Tampoco es razonable que el Presidente –en pleno siglo XXI y cuando se supone que ya aprendimos dolorosamente los males que causa el voluntarismo populista- “ordene” a sus empleados, que son los Secretarios de Estado, que bajen tal precio o suban tal otro, a voluntad.

 

¿Nadie le informó al Presidente que detrás del alza en los precios del maíz hay fenómenos específicos de mercado, oferta y demanda, para los cuales no hay otra respuesta que volvernos más productivos y menos retóricos?

 

¿Ya calculó Calderón, al hacer su profesión de fe latinoamericanista, la contundente integración, para bien o para mal, de la economía mexicana con la de Estados Unidos?, ¿estimó, antes de echarle un lazo al impresentable Daniel Ortega, que los mexicanos en Estados Unidos ya suman más que todos los mexicanos en la Ciudad de México?

 

Otras cositas incómodas van desde el abrazo reverente –como si fuese la esencia de la patria– al águila del escudo nacional que diseñó el PRI de los años sesenta (el autor original del águila “completa”, dicen mis fuentes, fue el arquitecto Pedro Moctezuma) con tal de tirar a la basura apresuradamente el águila estilizada y moderna (cuestión de gustos, dirán), hasta la vuelta a la fotografía oficial del Señor Presidente –a colgarse en toda oficina gubernamental de cierto nivel- solemne, acartonada, con mirada de estatua vaciada en bronce.
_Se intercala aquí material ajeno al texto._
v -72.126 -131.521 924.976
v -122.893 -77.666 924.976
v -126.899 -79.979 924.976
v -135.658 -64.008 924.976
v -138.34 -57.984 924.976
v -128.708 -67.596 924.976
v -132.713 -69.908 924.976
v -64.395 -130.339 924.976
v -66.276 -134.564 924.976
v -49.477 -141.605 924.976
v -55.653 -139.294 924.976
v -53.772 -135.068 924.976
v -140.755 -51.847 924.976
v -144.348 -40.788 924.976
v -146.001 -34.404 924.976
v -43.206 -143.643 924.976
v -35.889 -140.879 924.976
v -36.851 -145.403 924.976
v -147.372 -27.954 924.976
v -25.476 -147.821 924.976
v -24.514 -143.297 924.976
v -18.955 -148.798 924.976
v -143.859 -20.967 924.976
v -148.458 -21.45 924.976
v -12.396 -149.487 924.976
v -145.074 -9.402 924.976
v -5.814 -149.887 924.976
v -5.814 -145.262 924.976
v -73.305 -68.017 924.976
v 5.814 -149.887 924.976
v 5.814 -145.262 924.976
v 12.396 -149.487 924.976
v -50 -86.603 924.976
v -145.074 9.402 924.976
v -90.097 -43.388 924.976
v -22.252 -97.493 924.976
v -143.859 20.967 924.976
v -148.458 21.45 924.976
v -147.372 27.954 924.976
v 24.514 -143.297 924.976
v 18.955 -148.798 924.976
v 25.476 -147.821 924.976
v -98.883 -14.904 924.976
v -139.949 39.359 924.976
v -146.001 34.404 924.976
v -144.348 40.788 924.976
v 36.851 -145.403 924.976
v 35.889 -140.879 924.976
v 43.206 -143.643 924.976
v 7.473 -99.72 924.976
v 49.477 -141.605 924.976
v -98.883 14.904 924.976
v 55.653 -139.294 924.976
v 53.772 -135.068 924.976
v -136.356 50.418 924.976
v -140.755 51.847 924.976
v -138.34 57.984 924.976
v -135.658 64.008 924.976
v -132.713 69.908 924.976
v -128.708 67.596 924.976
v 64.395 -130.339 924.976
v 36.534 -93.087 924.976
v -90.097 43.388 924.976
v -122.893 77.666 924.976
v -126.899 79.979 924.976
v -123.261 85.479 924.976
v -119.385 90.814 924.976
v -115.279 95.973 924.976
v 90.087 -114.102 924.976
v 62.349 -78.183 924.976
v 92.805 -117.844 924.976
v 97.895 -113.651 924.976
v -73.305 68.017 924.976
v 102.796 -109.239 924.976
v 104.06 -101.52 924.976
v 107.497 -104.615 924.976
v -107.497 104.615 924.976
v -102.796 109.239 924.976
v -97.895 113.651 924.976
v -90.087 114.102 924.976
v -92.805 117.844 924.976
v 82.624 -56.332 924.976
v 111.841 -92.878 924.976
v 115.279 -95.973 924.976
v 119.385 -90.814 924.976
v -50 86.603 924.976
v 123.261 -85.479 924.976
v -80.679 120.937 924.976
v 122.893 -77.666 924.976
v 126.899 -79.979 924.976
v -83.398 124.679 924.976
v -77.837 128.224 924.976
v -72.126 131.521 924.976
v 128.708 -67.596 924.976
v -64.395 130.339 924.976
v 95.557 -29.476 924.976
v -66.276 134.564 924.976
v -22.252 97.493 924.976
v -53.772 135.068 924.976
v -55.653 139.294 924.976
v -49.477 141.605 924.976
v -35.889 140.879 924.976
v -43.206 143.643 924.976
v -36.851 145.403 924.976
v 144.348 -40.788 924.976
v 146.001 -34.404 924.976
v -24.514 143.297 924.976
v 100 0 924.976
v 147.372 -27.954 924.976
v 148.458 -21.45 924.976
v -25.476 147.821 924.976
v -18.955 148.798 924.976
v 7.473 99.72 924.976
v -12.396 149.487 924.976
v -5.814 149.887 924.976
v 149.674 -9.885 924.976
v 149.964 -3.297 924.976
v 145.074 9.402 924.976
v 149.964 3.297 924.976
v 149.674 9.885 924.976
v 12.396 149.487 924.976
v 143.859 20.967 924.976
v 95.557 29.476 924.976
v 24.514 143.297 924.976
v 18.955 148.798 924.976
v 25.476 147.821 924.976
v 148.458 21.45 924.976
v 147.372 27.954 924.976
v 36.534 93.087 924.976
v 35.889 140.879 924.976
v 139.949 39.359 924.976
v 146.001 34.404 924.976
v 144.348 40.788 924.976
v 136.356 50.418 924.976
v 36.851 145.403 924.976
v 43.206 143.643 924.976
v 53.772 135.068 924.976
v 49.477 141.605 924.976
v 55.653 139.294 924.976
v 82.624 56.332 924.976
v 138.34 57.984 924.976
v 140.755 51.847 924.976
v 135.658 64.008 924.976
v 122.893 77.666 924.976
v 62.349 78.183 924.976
Pasando, también, por la desagradecida indiferencia (o secreta complacencia) con la que el gobierno calderoniano ha dejado que la jauría de los resentidos se cebe en contra del buen nombre del mejor Secretario de Hacienda que hemos tenido en el México moderno.

 

Uno de los tantos yerros de Fox, por ejemplo, fue conservar esos dos restos del uniformismo priísta que son la Hora Nacional y la agencia Notimex. Por ahora, ni soñar que Calderón se deshaga de esos vestigios de la unanimidad por decreto.

 

Ojalá me equivoque. Ojalá lo que yo veo como recargadas pinceladas del más rancio y solemne PRI de antaño sean meras ilusiones ópticas de un provinciano despistado, como yo, que ya necesita anteojos. De veras. Ojalá.